### DATA EXCERPTS
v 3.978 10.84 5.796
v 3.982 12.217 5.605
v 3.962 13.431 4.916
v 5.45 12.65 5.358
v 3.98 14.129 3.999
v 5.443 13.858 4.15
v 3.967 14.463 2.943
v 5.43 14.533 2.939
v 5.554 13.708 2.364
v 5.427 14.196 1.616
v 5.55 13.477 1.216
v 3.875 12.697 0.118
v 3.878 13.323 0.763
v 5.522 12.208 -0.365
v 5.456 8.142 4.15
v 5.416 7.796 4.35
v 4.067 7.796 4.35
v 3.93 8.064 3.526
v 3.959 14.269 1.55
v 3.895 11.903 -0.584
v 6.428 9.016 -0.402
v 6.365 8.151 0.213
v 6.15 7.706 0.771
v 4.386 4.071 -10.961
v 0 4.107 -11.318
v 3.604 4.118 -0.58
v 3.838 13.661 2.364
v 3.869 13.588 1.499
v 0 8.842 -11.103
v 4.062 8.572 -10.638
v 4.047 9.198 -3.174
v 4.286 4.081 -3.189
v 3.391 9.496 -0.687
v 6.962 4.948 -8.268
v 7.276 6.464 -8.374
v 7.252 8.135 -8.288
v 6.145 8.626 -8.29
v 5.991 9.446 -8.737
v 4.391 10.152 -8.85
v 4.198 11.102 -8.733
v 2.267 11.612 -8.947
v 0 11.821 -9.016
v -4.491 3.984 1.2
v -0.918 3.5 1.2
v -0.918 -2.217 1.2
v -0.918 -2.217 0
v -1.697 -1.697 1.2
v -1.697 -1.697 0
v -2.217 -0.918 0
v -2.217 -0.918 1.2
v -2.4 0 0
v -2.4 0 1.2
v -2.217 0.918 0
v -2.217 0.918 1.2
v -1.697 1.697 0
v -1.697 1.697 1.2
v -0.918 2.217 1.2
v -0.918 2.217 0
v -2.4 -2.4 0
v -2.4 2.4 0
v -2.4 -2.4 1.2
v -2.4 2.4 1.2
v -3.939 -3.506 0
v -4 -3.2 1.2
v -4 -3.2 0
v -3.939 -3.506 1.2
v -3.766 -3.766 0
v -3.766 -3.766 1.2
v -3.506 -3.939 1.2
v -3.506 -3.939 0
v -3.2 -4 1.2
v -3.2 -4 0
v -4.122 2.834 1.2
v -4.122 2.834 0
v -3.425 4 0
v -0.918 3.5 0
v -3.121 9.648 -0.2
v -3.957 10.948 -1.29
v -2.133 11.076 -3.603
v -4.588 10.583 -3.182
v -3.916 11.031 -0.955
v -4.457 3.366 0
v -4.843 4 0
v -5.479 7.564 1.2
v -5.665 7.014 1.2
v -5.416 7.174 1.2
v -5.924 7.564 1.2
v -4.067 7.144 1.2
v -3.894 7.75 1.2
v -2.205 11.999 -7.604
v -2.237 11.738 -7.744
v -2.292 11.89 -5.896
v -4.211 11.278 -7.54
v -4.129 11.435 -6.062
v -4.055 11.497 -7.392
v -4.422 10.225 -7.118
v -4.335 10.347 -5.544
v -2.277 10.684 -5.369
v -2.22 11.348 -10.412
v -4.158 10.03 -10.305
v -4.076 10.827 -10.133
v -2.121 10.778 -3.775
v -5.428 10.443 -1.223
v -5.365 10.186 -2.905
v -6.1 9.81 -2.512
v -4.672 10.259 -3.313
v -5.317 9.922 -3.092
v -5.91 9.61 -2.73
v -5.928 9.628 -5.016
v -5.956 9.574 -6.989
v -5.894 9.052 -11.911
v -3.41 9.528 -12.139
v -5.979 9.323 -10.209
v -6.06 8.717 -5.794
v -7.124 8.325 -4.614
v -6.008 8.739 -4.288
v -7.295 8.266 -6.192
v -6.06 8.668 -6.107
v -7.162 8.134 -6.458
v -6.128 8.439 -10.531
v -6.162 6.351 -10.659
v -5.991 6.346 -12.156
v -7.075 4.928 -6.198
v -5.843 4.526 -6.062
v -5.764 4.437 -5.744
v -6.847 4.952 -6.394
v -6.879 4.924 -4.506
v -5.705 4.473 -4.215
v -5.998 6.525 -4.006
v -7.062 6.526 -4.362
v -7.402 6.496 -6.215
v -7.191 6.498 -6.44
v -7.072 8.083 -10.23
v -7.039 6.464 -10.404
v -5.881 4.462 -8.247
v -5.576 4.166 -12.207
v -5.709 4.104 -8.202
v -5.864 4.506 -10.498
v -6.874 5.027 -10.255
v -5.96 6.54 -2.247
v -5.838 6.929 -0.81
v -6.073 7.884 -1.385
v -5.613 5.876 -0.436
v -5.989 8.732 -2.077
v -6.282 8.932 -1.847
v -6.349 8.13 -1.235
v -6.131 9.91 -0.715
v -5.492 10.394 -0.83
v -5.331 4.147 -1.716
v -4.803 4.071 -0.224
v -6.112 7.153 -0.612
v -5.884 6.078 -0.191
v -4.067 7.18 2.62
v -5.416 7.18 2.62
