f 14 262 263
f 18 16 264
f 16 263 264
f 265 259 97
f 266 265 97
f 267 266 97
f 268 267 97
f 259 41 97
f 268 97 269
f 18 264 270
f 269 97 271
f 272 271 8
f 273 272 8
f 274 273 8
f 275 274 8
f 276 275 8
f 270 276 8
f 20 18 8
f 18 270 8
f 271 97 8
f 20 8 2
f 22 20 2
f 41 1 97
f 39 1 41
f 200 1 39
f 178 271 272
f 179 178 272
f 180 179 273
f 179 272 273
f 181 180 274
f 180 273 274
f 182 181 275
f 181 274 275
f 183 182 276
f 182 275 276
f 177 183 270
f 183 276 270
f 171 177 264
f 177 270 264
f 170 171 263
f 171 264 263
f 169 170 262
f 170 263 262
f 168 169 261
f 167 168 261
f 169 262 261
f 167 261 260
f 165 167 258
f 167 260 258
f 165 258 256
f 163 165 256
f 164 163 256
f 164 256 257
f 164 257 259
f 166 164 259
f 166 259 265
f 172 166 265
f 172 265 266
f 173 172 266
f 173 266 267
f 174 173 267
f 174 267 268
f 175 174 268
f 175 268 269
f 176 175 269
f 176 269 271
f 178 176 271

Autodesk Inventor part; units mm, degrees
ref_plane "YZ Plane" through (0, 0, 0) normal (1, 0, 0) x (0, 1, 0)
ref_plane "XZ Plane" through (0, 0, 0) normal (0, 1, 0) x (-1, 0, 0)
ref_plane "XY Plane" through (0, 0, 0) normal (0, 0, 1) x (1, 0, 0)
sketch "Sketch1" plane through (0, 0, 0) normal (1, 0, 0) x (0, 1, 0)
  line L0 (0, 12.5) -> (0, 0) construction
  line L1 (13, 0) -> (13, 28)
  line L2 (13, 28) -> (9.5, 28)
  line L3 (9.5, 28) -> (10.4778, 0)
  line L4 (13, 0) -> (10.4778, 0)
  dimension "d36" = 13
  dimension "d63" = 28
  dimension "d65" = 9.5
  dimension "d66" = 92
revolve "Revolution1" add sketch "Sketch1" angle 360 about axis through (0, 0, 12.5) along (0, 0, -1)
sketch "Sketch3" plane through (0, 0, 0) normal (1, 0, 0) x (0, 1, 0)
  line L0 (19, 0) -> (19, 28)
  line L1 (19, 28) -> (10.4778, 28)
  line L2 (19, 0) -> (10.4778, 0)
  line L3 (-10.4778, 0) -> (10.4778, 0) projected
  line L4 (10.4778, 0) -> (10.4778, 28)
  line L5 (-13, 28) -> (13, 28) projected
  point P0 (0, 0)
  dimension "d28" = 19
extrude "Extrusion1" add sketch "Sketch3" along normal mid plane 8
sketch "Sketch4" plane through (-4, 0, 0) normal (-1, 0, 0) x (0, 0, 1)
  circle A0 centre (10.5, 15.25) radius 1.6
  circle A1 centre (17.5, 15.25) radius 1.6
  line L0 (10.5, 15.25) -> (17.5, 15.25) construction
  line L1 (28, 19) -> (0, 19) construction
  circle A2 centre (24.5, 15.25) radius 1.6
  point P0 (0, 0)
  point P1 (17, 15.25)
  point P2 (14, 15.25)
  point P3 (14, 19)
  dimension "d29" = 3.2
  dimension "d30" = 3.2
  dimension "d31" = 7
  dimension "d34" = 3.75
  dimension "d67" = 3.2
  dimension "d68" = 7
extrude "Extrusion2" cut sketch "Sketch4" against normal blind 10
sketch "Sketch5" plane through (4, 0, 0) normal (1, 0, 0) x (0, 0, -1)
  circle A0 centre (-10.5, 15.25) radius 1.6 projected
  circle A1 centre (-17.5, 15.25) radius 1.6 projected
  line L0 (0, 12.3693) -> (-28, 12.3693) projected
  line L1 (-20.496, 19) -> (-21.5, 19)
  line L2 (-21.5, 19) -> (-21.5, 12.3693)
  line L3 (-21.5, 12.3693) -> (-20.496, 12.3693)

### THE TASK
Only one part of the material above is to be transcribed, namely the lines starting with the line that has "v -4.491 3.984 1.2" and going on through the line that has "v -5.884 6.078 -0.191", exactly as they stand.

### EXERCISE OUTPUT
v -4.491 3.984 1.2
v -0.918 3.5 1.2
v -0.918 -2.217 1.2
v -0.918 -2.217 0
v -1.697 -1.697 1.2
v -1.697 -1.697 0
v -2.217 -0.918 0
v -2.217 -0.918 1.2
v -2.4 0 0
v -2.4 0 1.2
v -2.217 0.918 0
v -2.217 0.918 1.2
v -1.697 1.697 0
v -1.697 1.697 1.2
v -0.918 2.217 1.2
v -0.918 2.217 0
v -2.4 -2.4 0
v -2.4 2.4 0
v -2.4 -2.4 1.2
v -2.4 2.4 1.2
v -3.939 -3.506 0
v -4 -3.2 1.2
v -4 -3.2 0
v -3.939 -3.506 1.2
v -3.766 -3.766 0
v -3.766 -3.766 1.2
v -3.506 -3.939 1.2
v -3.506 -3.939 0
v -3.2 -4 1.2
v -3.2 -4 0
v -4.122 2.834 1.2
v -4.122 2.834 0
v -3.425 4 0
v -0.918 3.5 0
v -3.121 9.648 -0.2
v -3.957 10.948 -1.29
v -2.133 11.076 -3.603
v -4.588 10.583 -3.182
v -3.916 11.031 -0.955
v -4.457 3.366 0
v -4.843 4 0
v -5.479 7.564 1.2
v -5.665 7.014 1.2
v -5.416 7.174 1.2
v -5.924 7.564 1.2
v -4.067 7.144 1.2
v -3.894 7.75 1.2
v -2.205 11.999 -7.604
v -2.237 11.738 -7.744
v -2.292 11.89 -5.896
v -4.211 11.278 -7.54
v -4.129 11.435 -6.062
v -4.055 11.497 -7.392
v -4.422 10.225 -7.118
v -4.335 10.347 -5.544
v -2.277 10.684 -5.369
v -2.22 11.348 -10.412
v -4.158 10.03 -10.305
v -4.076 10.827 -10.133
v -2.121 10.778 -3.775
v -5.428 10.443 -1.223
v -5.365 10.186 -2.905
v -6.1 9.81 -2.512
v -4.672 10.259 -3.313
v -5.317 9.922 -3.092
v -5.91 9.61 -2.73
v -5.928 9.628 -5.016
v -5.956 9.574 -6.989
v -5.894 9.052 -11.911
v -3.41 9.528 -12.139
v -5.979 9.323 -10.209
v -6.06 8.717 -5.794
v -7.124 8.325 -4.614
v -6.008 8.739 -4.288
v -7.295 8.266 -6.192
v -6.06 8.668 -6.107
v -7.162 8.134 -6.458
v -6.128 8.439 -10.531
v -6.162 6.351 -10.659
v -5.991 6.346 -12.156
v -7.075 4.928 -6.198
v -5.843 4.526 -6.062
v -5.764 4.437 -5.744
v -6.847 4.952 -6.394
v -6.879 4.924 -4.506
v -5.705 4.473 -4.215
v -5.998 6.525 -4.006
v -7.062 6.526 -4.362
v -7.402 6.496 -6.215
v -7.191 6.498 -6.44
v -7.072 8.083 -10.23
v -7.039 6.464 -10.404
v -5.881 4.462 -8.247
v -5.576 4.166 -12.207
v -5.709 4.104 -8.202
v -5.864 4.506 -10.498
v -6.874 5.027 -10.255
v -5.96 6.54 -2.247
v -5.838 6.929 -0.81
v -6.073 7.884 -1.385
v -5.613 5.876 -0.436
v -5.989 8.732 -2.077
v -6.282 8.932 -1.847
v -6.349 8.13 -1.235
v -6.131 9.91 -0.715
v -5.492 10.394 -0.83
v -5.331 4.147 -1.716
v -4.803 4.071 -0.224
v -6.112 7.153 -0.612
v -5.884 6.078 -0.191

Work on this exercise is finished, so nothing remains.